Carolyn didn’t try to be discreet at all. Her head whipped around and she stared right back at the boy. He didn’t flinch one bit.
“Oh that’s just Bobby Ramirez,” Carolyn said with a sigh. “He’s been voted ‘Most Likely to Become a Serial Killer’ two years in a row. Avoid being caught in a dark place with him and you should be okay.”
Izzy couldn’t help but look back at Bobby Ramirez one more time. He probably wasn’t really looking at her. That would be too creepy. When she turned back, though, he
was
looking at her, his eyes intensely locked on hers, not turning away, not blinking. Izzy quickly looked away. Whatever feelings she was beginning to pick up from this boy she pushed away with a shudder. Bobby Ramirez scared her.

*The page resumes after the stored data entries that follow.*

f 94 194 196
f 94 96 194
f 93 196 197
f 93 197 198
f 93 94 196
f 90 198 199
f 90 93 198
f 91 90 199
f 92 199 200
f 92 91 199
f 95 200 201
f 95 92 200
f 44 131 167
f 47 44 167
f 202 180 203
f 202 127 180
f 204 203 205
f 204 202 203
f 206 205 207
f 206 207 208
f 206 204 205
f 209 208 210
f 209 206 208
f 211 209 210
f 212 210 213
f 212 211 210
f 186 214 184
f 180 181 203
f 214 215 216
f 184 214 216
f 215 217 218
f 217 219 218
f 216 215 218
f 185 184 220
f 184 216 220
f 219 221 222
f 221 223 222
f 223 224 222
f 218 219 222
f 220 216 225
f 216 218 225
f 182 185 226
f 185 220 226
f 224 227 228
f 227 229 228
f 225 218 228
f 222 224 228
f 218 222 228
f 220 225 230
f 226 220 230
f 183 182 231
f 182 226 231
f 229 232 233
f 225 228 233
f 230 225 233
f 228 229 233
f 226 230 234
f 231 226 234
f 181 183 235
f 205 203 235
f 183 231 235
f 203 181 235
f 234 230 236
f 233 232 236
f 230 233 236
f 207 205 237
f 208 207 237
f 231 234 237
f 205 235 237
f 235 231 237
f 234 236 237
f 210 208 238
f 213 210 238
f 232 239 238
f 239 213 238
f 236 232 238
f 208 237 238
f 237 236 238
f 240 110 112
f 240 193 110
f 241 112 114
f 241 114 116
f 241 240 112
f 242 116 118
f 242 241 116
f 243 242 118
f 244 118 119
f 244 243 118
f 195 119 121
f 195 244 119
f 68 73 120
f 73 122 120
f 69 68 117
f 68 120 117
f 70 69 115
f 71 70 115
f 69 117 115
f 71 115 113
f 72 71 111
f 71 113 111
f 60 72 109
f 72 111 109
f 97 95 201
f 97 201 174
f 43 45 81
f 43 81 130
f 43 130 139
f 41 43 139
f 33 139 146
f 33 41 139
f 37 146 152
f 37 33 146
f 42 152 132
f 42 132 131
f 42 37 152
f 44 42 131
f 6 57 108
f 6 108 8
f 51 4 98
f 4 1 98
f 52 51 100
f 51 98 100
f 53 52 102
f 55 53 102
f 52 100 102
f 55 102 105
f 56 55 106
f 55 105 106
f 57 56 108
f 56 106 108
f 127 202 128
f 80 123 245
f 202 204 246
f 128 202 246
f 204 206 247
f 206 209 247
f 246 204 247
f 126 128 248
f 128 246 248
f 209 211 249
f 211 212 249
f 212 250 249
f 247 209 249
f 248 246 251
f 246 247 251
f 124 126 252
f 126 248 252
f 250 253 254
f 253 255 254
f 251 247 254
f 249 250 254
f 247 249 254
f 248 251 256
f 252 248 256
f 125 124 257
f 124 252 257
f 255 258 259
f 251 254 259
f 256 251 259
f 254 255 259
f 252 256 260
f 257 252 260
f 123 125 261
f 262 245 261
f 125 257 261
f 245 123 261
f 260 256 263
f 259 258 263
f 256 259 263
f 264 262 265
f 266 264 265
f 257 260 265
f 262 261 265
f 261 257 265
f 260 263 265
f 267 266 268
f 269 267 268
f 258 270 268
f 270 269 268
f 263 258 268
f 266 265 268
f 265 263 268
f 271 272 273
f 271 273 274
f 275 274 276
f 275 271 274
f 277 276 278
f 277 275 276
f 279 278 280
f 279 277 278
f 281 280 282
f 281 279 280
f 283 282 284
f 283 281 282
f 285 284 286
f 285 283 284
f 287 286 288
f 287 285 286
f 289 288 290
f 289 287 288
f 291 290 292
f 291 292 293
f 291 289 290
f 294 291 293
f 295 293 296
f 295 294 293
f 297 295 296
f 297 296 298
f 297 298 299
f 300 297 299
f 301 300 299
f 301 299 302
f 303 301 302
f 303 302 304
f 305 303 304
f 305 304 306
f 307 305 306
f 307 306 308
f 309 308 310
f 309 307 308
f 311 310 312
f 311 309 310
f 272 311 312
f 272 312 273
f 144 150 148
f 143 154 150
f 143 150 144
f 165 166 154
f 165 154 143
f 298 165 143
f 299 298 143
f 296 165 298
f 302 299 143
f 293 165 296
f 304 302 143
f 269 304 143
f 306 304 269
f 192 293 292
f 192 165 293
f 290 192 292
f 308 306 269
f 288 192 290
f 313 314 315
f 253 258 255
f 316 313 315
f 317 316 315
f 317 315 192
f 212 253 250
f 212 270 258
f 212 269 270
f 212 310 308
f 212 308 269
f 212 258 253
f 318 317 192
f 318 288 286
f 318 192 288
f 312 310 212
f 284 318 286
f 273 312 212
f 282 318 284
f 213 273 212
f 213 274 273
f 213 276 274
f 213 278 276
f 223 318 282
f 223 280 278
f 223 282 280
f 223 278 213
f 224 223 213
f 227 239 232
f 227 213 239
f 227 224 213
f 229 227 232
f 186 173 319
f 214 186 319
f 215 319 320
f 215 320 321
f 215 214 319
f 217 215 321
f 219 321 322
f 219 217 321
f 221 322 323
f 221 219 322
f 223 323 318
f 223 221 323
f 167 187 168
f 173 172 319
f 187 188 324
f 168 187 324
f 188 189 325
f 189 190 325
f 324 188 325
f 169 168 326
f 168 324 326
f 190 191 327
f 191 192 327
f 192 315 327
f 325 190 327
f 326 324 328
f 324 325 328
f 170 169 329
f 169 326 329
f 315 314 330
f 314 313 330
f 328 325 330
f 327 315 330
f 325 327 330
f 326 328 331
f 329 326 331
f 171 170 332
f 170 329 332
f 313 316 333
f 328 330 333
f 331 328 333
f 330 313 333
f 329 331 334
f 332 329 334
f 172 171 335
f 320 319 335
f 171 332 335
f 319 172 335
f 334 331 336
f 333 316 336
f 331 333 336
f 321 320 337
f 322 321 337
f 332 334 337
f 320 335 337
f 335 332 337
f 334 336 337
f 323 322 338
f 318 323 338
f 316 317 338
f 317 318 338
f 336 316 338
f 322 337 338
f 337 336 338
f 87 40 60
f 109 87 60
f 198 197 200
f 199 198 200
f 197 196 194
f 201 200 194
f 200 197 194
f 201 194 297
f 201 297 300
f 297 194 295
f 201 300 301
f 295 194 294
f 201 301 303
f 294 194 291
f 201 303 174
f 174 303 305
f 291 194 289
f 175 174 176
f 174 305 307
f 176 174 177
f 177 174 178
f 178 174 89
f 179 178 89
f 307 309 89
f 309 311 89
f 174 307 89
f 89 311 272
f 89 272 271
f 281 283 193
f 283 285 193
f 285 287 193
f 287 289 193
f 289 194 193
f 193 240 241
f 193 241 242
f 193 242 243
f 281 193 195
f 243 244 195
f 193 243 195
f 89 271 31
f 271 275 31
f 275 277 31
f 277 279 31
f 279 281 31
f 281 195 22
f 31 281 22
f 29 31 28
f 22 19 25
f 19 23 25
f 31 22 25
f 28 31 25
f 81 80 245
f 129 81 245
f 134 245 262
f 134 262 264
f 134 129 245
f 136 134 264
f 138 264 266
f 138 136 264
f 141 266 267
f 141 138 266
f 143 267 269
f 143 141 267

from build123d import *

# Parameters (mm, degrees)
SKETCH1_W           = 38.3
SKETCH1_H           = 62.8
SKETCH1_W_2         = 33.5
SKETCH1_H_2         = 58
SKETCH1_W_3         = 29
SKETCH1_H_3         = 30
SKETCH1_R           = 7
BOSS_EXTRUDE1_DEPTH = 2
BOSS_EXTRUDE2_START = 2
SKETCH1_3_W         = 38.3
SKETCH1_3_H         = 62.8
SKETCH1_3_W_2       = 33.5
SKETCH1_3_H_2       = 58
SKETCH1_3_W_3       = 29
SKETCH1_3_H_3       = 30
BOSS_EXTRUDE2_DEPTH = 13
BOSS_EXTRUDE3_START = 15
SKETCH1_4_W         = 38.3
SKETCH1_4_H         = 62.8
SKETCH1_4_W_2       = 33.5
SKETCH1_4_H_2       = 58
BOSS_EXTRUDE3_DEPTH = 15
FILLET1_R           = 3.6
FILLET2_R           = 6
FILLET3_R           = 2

Lexham students rushed around the hallways between classes, visiting with friends, flirting, and joking around. Rom stood before his locker and organized his books and belongings in perfect rows and piles. He was given a locker on the top of two rows of lockers. It was a locker that should have been for a senior or at least someone taller. Rom struggled to reach the small shelf at the top of the locker where his red Etch-A-Sketch had been thoughtfully placed by Izzy that morning.